INSTRUCTIONS TO FOLLOW: Copy out, unchanged, every line from the start of the records to the line that contains "v -7 12.124 0", and stop there.

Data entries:
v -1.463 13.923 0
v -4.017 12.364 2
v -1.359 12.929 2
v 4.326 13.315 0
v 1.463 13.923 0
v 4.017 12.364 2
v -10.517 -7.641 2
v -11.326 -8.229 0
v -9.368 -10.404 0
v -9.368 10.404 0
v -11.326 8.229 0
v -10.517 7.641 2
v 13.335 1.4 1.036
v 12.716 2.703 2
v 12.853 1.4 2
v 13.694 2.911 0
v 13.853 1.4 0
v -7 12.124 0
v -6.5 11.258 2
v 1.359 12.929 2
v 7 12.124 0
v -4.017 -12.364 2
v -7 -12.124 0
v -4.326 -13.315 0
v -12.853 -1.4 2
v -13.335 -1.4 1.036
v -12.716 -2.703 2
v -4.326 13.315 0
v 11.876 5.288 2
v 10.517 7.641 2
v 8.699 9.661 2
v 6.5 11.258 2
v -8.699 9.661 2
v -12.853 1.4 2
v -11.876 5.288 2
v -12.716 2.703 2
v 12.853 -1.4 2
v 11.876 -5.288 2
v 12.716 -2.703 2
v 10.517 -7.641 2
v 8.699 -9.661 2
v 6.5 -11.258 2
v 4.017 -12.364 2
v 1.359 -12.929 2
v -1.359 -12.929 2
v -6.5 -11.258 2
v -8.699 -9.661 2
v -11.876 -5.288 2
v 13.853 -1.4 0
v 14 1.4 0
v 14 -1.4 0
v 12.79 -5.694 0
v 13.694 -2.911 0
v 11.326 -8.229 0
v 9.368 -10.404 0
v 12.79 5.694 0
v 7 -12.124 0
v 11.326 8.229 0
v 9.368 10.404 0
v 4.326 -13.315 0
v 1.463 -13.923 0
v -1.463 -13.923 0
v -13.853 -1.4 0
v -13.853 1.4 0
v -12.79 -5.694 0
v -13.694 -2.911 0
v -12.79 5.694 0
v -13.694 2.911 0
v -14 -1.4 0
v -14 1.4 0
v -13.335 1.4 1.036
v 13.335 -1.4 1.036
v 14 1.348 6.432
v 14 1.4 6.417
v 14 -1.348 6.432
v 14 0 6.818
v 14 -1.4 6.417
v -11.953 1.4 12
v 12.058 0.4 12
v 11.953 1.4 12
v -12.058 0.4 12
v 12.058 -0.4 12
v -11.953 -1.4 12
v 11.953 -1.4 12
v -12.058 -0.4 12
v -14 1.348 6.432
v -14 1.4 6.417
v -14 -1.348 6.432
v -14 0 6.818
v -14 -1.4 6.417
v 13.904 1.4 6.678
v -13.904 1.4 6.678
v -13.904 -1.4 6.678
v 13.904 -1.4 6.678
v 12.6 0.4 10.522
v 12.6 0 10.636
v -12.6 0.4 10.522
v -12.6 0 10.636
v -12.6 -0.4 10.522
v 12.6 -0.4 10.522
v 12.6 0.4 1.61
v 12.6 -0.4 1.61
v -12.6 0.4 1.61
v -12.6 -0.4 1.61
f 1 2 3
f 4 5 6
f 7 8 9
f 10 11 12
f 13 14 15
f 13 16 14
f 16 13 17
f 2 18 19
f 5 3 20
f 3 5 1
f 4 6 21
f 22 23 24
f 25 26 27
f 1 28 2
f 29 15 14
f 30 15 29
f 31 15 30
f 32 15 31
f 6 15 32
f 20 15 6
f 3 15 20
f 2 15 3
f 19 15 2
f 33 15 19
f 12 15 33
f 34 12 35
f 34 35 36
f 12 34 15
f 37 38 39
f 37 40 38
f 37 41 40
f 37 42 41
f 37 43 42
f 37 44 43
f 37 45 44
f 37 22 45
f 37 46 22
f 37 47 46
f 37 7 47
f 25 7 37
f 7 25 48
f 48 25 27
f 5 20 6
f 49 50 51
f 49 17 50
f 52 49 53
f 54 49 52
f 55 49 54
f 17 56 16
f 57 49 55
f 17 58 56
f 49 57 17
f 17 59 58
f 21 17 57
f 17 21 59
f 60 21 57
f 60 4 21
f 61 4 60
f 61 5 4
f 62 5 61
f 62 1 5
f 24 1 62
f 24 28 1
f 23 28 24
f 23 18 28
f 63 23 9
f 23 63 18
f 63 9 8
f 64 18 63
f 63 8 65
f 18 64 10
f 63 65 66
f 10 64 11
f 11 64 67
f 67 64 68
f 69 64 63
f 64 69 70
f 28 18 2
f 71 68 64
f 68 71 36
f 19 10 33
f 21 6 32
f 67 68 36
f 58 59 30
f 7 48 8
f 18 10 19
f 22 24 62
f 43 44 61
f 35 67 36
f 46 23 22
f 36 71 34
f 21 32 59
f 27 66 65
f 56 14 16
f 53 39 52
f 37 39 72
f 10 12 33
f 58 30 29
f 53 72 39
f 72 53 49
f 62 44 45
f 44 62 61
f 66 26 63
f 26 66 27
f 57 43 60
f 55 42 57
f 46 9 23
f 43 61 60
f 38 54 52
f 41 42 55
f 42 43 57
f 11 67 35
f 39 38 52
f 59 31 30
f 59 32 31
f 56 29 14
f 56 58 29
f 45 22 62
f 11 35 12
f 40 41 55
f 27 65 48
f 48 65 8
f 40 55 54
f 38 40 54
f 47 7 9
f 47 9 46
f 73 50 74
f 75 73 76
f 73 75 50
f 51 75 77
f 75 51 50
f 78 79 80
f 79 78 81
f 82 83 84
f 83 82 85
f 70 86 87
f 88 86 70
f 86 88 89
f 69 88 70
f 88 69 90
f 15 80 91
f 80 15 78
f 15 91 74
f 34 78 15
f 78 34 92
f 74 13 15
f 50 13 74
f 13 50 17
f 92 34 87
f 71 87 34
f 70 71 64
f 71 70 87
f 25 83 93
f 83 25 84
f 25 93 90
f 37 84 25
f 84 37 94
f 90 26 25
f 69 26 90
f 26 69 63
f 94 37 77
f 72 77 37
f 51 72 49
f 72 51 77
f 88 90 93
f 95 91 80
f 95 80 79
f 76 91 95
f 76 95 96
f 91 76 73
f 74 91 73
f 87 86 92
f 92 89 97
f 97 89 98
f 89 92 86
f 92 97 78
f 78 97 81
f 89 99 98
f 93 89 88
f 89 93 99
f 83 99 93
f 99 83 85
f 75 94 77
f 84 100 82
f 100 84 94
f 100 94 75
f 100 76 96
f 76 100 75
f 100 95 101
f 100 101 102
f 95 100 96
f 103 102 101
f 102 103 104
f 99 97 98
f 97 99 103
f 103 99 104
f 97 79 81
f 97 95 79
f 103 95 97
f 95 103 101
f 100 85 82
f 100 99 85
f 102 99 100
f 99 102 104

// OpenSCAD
base_top_diameter = 26;
base_bottom_diameter = 28;
base_height = 2;

grip_height = 10;

slot_width = 25.2;
slot_thickness = 0.8;
slot_deepness = 10.4;

module slot() {    
  translate([0, 0, grip_height + base_height - slot_deepness / 2 + 0.01]) {
    cube(size=[slot_width, slot_thickness, slot_deepness], center=true);
  }
}

module stand() {
  cylinder(h=base_height, d1=base_bottom_diameter, d2=base_top_diameter, center=false);
}

module grip() {
  translate([0, 0, grip_height - grip_height / 2 + base_height / 2]) {
    cube(size=[base_bottom_diameter, 2.8, grip_height + base_height], center=true);
  }
}

module main_body() {
  intersection(){
    union() {
      stand();
      grip();
    }
    union(){
      cylinder(h=base_height + grip_height, d1=base_bottom_diameter + 5, d2= slot_width - 1, center=false);
    }
  };
}

module main() {
  difference() {
    main_body();
    slot();
  }
}

//stand();
//grip();
//slot();
main();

SOLVED PROBLEM:
v -1.463 13.923 0
v -4.017 12.364 2
v -1.359 12.929 2
v 4.326 13.315 0
v 1.463 13.923 0
v 4.017 12.364 2
v -10.517 -7.641 2
v -11.326 -8.229 0
v -9.368 -10.404 0
v -9.368 10.404 0
v -11.326 8.229 0
v -10.517 7.641 2
v 13.335 1.4 1.036
v 12.716 2.703 2
v 12.853 1.4 2
v 13.694 2.911 0
v 13.853 1.4 0
v -7 12.124 0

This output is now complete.